Pelajaran dari Berjalan Kaki Sejauh 21.000 Mil Keliling Dunia

By , Rabu, 13 April 2016 | 12:00 WIB

Paul Salopek, menuju Bethlehem, berjalan kaki ke wilayah yang diperebutkan di Palestina. Ia akan berjalan kaki, menapaki tanah ke seluruh dunia selama enam atau tujuh tahun ke depan.

Perjalanan antarbenua ini ia sebut Out of Eden Walk, proyek bercerita yang bertujuan untuk menelusuri kembali jejak manusia modern pertama secara anatomis, yang bermigrasi keluar dari Afrika saat Zaman Batu. Ia terlambat menuju Tierra del Fuego, celah terakhir dari benua yang dijajah oleh spesies kita.

Sepanjang jalan, Salopek menulis cerita dan merekam gambar dari orang yang ia temui. Salah satu kisah dari perjalanan sejauh 21.000 mil ini adalah untuk memberitahu pemilik kafe di, katakanlah, Asia Tengah, bahwa Salopek baru saja saya melenggang dari Ethiopia.

Berangkat dari Tanduk Afrika pada tahun 2013, berjalan kaki telah membuat kaki dan jantungnya lebih kuat. Namun yang lebih penting, adalah pemikiran Salopek yang lebih fleksibel. Negara, benua, dan zona waktu yang ia lewati dengan kaki hari demi hari, bulan demi bulan telah mengubah caranya memaknai kehidupan di planet ini.

Salopek telah belajar dengan cepat, misalnya, bahwa bagian termiskin dari dunia adalah yang paling menyenangkan untuk perjalanan kaki. Di Ethiopia, di mana hanya ada beberapa orang yang memiliki mobil, semua orang mesti berjalan ke mana-mana. Bahkan anak terkecil bisa mengarahkan jalan melalui pemandangan kompleks yang masih bisa dilalui oleh jalan manusia.

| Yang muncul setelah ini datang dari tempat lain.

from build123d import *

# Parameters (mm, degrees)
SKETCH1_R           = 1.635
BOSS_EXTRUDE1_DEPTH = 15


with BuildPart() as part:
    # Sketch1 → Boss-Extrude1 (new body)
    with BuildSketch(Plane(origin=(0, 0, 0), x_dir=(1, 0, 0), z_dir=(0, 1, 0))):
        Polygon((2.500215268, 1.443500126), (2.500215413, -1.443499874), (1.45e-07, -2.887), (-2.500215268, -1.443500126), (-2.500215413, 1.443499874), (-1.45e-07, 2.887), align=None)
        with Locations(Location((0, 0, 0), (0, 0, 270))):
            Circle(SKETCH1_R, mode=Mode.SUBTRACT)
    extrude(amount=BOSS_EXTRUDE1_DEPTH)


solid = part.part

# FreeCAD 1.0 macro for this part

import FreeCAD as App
import Part
import Sketcher
from FreeCAD import Vector
Q = App.Units.Quantity


def add_polygon(sketch, points):
    """Adds a closed chain of lines whose ends are joined by coincident constraints."""
    first, n = sketch.GeometryCount, len(points)
    for a, b in zip(points, points[1:] + points[:1]):
        sketch.addGeometry(Part.LineSegment(App.Vector(*a, 0), App.Vector(*b, 0)), False)
    for i in range(n):
        sketch.addConstraint(Sketcher.Constraint("Coincident", first + i, 2, first + (i + 1) % n, 1))

doc = App.newDocument("Part")
body = doc.addObject("PartDesign::Body", "Body")

sketch1 = doc.addObject("Sketcher::SketchObject", "Sketch")
body.addObject(sketch1)
sketch1.AttachmentSupport = (doc.XZ_Plane, [""])
sketch1.MapMode = "FlatFace"
add_polygon(sketch1, [(2.5, 1.4), (2.5, -1.4), (0, -2.9), (-2.5, -1.4), (-2.5, 1.4), (0, 2.9)])
sketch1.addGeometry(Part.Circle(Vector(0, 0, 0), Vector(0, 0, 1), 1.6), False)
sketch1.addConstraint(Sketcher.Constraint("Vertical", 0))
sketch1.addConstraint(Sketcher.Constraint("Vertical", 3))
sketch1.addConstraint(Sketcher.Constraint("Coincident", 6, 3, -1, 1))
sketch1.addConstraint(Sketcher.Constraint("Symmetric", 0, 2, 3, 2, -1, 1))
sketch1.addConstraint(Sketcher.Constraint("Symmetric", 1, 2, 4, 2, -1, 1))
sketch1.addConstraint(Sketcher.Constraint("PointOnObject", 1, 2, -2))
sketch1.addConstraint(Sketcher.Constraint("Parallel", 2, 5))
sketch1.addConstraint(Sketcher.Constraint("Horizontal", 0, 2, 2, 2))
sketch1.addConstraint(Sketcher.Constraint("Diameter", 6, 3.27))
sketch1.addConstraint(Sketcher.Constraint("Angle", 1, Q("-150.000003 deg")))
sketch1.addConstraint(Sketcher.Constraint("DistanceY", 0, 2, 0, 1, 2.887))
sketch1.addConstraint(Sketcher.Constraint("Distance", 1, 2.887))
pad1 = doc.addObject("PartDesign::Pad", "Pad")
body.addObject(pad1)
pad1.Profile = sketch1
pad1.Length = 15
pad1.Reversed = True

doc.recompute()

Di negara-negara yang lebih makmur dan bermotor, sebaliknya, orang kehilangan koneksi tidak hanya dengan lingkungan mereka, tetapi dengan bentuk dunia itu sendiri. Mobil memusnahkan waktu dan jarak. Terkunci di dalam gelembung logam dan kaca, terbatas, mempersempit jalanan dengan aspal. Kita dibius dengan kecepatan, spasial terbelakang.

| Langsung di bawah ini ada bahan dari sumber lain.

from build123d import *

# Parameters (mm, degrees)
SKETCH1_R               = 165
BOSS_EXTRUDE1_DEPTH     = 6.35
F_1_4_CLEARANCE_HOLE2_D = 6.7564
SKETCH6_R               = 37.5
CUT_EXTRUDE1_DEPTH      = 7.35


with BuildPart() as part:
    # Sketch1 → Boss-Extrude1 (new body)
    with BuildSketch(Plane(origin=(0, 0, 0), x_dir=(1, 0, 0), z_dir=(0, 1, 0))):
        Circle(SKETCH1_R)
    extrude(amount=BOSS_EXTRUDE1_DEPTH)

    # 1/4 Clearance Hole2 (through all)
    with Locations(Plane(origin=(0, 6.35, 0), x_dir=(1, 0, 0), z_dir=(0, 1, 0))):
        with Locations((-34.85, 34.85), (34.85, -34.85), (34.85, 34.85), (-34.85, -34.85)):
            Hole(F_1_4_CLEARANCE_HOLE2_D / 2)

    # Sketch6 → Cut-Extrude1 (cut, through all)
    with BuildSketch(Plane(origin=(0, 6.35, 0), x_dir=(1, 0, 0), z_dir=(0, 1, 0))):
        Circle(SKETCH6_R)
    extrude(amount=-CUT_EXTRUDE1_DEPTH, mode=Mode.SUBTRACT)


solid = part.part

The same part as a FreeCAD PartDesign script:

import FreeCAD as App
import Part
import Sketcher
from FreeCAD import Vector

doc = App.newDocument("Part")
params = doc.addObject("Spreadsheet::Sheet", "Params")
for row, (alias, value) in enumerate([
    ("sketch1_diameter", "330 mm"),
    ("pad1_length", "6.35 mm"),
    ("hole_diameter", "6.7564 mm"),
    ("sketch3_diameter", "75 mm"),
], start=1):
    params.set(f"A{row}", alias)
    params.set(f"B{row}", "=" + value)
    params.setAlias(f"B{row}", alias)

body = doc.addObject("PartDesign::Body", "Body")

sketch1 = body.newObject("Sketcher::SketchObject", "Sketch")
sketch1.AttachmentSupport = (doc.getObject("XZ_Plane"), [""])
sketch1.MapMode = "FlatFace"
sketch1.addGeometry(Part.Circle(Vector(0, 0, 0), Vector(0, 0, 1), 165), False)
sketch1.addConstraint(Sketcher.Constraint("Coincident", 0, 3, -1, 1))
sketch1.addConstraint(Sketcher.Constraint("Diameter", 0, 330.0))
sketch1.setExpression("Constraints[1]", "Params.sketch1_diameter")
pad1 = body.newObject("PartDesign::Pad", "Pad")
pad1.Profile = sketch1
pad1.setExpression("Length", "Params.pad1_length")
pad1.Reversed = True

sketch2 = body.newObject("Sketcher::SketchObject", "Sketch001")
sketch2.AttachmentSupport = (doc.getObject("XZ_Plane"), [""])
sketch2.MapMode = "FlatFace"
sketch2.AttachmentOffset = App.Placement(Vector(0, 0, -6.35), App.Rotation())
sketch2.addGeometry(Part.Circle(Vector(-34.85, -34.85, 0), Vector(0, 0, 1), 3.3782), False)
sketch2.addGeometry(Part.Circle(Vector(34.85, 34.85, 0), Vector(0, 0, 1), 3.3782), False)
sketch2.addGeometry(Part.Circle(Vector(34.85, -34.85, 0), Vector(0, 0, 1), 3.3782), False)
sketch2.addGeometry(Part.Circle(Vector(-34.85, 34.85, 0), Vector(0, 0, 1), 3.3782), False)
sketch2.addConstraint(Sketcher.Constraint("Equal", 0, 1))
sketch2.addConstraint(Sketcher.Constraint("Equal", 1, 2))
sketch2.addConstraint(Sketcher.Constraint("Equal", 2, 3))
sketch2.addConstraint(Sketcher.Constraint("Symmetric", 0, 3, 1, 3, -1, 1))
sketch2.addConstraint(Sketcher.Constraint("Symmetric", 2, 3, 3, 3, -1, 1))
sketch2.addConstraint(Sketcher.Constraint("Symmetric", 0, 3, 2, 3, -2))
sketch2.addConstraint(Sketcher.Constraint("Diameter", 0, 6.7564))
sketch2.addConstraint(Sketcher.Constraint("DistanceX", 0, 3, 1, 3, 69.7))
sketch2.addConstraint(Sketcher.Constraint("DistanceY", 0, 3, 1, 3, 69.7))
doc.recompute()
hole = body.newObject("PartDesign::Hole", "Hole")
hole.Profile = sketch2
hole.ThreadType = "None"
hole.setExpression("Diameter", "Params.hole_diameter")
hole.DepthType = "ThroughAll"
hole.Reversed = True

sketch3 = body.newObject("Sketcher::SketchObject", "Sketch002")
sketch3.AttachmentSupport = (doc.getObject("XZ_Plane"), [""])
sketch3.MapMode = "FlatFace"
sketch3.AttachmentOffset = App.Placement(Vector(0, 0, -6.35), App.Rotation())
sketch3.addGeometry(Part.Circle(Vector(0, 0, 0), Vector(0, 0, 1), 37.5), False)
sketch3.addConstraint(Sketcher.Constraint("Coincident", 0, 3, -1, 1))
sketch3.addConstraint(Sketcher.Constraint("Diameter", 0, 75.0))
sketch3.setExpression("Constraints[1]", "Params.sketch3_diameter")
pocket1 = body.newObject("PartDesign::Pocket", "Pocket")
pocket1.Profile = sketch3
pocket1.Type = "ThroughAll"
pocket1.Reversed = True

doc.recompute()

“Berjalan kaki di negara gila mobil seperti Arab Saudi, saya menemukan tak ada gunanya meminta penunjuk arah,” tulis Salopek.

!break!

Imbalan yang tak terduga

Berjalan melintasi bumi, ia kembali belajar upacara lama tentang keberangkatan dan kedatangan. (Membuat perkemahan mencolok, mengepak dan membongkar ransel, sebuah ritual antik dan menghibur.) Salopek memilah-milah pemandangan sesuai seleranya. Ia turut memetik hasil panen bersama petani, dan ia kembali terhubung dengan sesama manusia dengan cara yang tidak pernah ia bisa pahami sebagai reporter, yang malang-melintang dengan pesawat jet dan mobil.

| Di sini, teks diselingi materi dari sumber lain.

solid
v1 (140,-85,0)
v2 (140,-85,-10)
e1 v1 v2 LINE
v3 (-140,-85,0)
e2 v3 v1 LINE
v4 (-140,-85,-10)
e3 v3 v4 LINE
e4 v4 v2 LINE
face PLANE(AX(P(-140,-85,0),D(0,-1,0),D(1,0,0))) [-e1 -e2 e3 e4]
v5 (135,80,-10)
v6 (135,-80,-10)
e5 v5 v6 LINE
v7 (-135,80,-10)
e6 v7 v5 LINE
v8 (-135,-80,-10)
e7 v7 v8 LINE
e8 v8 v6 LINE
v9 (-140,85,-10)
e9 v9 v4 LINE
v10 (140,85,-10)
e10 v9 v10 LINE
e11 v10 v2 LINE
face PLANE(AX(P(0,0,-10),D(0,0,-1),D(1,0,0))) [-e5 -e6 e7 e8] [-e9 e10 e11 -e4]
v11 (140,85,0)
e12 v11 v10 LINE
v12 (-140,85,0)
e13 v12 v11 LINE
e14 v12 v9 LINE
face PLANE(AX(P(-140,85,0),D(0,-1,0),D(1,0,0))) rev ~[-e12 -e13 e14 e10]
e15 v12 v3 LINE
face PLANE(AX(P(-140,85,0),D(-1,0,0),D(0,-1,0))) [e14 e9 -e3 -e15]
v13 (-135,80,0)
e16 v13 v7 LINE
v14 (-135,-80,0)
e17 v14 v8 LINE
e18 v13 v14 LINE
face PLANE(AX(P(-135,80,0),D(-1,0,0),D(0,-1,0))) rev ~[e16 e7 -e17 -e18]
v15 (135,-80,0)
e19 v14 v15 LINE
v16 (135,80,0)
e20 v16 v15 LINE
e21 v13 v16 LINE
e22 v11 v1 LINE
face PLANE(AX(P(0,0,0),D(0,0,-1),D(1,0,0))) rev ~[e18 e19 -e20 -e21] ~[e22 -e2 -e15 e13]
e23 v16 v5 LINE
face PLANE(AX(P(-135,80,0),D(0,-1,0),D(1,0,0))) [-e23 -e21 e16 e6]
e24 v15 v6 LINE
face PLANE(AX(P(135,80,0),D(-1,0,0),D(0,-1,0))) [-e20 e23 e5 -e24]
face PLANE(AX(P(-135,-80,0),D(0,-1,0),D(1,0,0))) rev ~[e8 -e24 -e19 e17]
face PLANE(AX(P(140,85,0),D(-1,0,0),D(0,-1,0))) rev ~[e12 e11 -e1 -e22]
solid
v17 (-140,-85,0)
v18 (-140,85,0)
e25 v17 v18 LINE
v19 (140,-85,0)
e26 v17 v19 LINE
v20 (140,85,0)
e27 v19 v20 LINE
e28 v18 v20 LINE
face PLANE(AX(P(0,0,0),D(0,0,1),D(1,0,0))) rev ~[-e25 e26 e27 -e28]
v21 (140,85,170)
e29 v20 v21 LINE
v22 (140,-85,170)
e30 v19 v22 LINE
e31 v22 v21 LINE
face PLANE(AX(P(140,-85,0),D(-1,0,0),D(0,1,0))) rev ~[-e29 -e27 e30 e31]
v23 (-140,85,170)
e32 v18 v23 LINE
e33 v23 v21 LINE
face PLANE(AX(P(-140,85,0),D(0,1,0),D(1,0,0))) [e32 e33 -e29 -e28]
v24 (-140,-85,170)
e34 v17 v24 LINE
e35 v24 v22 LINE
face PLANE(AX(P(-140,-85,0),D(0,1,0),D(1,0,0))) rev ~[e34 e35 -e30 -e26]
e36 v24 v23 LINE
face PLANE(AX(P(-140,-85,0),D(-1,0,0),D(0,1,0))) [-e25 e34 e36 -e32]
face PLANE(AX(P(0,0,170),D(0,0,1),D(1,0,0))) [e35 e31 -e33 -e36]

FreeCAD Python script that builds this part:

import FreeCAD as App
import Part
import Sketcher

V = App.Vector
Q = App.Units.Quantity


def add_polygon(sketch, points):
    """Adds a closed chain of lines whose ends are joined by coincident constraints."""
    first, n = sketch.GeometryCount, len(points)
    for a, b in zip(points, points[1:] + points[:1]):
        sketch.addGeometry(Part.LineSegment(App.Vector(*a, 0), App.Vector(*b, 0)), False)
    for i in range(n):
        sketch.addConstraint(Sketcher.Constraint("Coincident", first + i, 2, first + (i + 1) % n, 1))

doc = App.newDocument("Part")
body = doc.addObject("PartDesign::Body", "Body")

sketch1 = doc.addObject("Sketcher::SketchObject", "Sketch")
body.addObject(sketch1)
sketch1.AttachmentSupport = (doc.XY_Plane, [""])
sketch1.MapMode = "FlatFace"
add_polygon(sketch1, [(-140, 85), (-140, -85), (140, -85), (140, 85)])
sketch1.addConstraint([
    Sketcher.Constraint("Vertical", 0),
    Sketcher.Constraint("Horizontal", 1),
    Sketcher.Constraint("Vertical", 2),
    Sketcher.Constraint("Horizontal", 3),
    Sketcher.Constraint("Symmetric", 0, 2, 2, 2, -1, 1),
    Sketcher.Constraint("DistanceX", 1, 1, 1, 2, Q("280 mm")),
    Sketcher.Constraint("DistanceY", 0, 2, 0, 1, Q("170 mm")),
])
pad1 = doc.addObject("PartDesign::Pad", "Pad")
body.addObject(pad1)
pad1.Profile = sketch1
pad1.Length = 170
body2 = doc.addObject("PartDesign::Body", "Body001")

sketch2 = doc.addObject("Sketcher::SketchObject", "Sketch001")
body2.addObject(sketch2)
sketch2.AttachmentSupport = (doc.getObject("XY_Plane001"), [""])
sketch2.MapMode = "FlatFace"
add_polygon(sketch2, [(-140, -85), (-140, 85), (140, 85), (140, -85)])
add_polygon(sketch2, [(135, 80), (-135, 80), (-135, -80), (135, -80)])
sketch2.addConstraint([
    Sketcher.Constraint("Vertical", 0),
    Sketcher.Constraint("Horizontal", 1),
    Sketcher.Constraint("Vertical", 2),
    Sketcher.Constraint("Horizontal", 3),
    Sketcher.Constraint("Horizontal", 4),
    Sketcher.Constraint("Vertical", 5),
    Sketcher.Constraint("Horizontal", 6),
    Sketcher.Constraint("Vertical", 7),
    Sketcher.Constraint("Symmetric", 0, 2, 2, 2, -1, 1),
    Sketcher.Constraint("Symmetric", 4, 2, 6, 2, -1, 1),
    Sketcher.Constraint("DistanceX", 1, 1, 1, 2, Q("280 mm")),
    Sketcher.Constraint("DistanceX", 4, 2, 4, 1, Q("270 mm")),
    Sketcher.Constraint("DistanceY", 0, 1, 0, 2, Q("170 mm")),
    Sketcher.Constraint("DistanceY", 5, 2, 5, 1, Q("160 mm")),
])
pad2 = doc.addObject("PartDesign::Pad", "Pad001")
body2.addObject(pad2)
pad2.Profile = sketch2
pad2.Length = 10
pad2.Reversed = True

doc.recompute()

Keluar dengan berjalan, Salopek terus bertemu orang-orang. Ia tidak bisa mengabaikan mereka atau menolak tumpangan oleh mereka. “Aku menyapa mereka. Aku ngobrol dengan orang asing lima, sepuluh, dua puluh kali sehari. Aku terlibat dalam percakapan berkelok-kelok, tiga mil per jam yang mencakup dua belahan bumi,” kisah Salopek.

Lebih dari tiga tahun yang lalu, saat meneliti perjalanan panjang dan sangat lambat, Salopek mengunjungi kamp Kenya milik ahli paleoantropologi terkenal Meave Leakey. Ia mengingat, di suatu pagi ia menuju sebuah desa terdekat bersama dengan Leakey.

"Apakah desa itu dapat ditempuh dengan berjalan kaki?" Salopek bertanya pada Leakey..

Dia menatapku, heran. "Semuanya dapat ditempuh dengan berjalan kaki," jawabnya.

Tertawa, Salopek kembali melangkah ke padang gurun.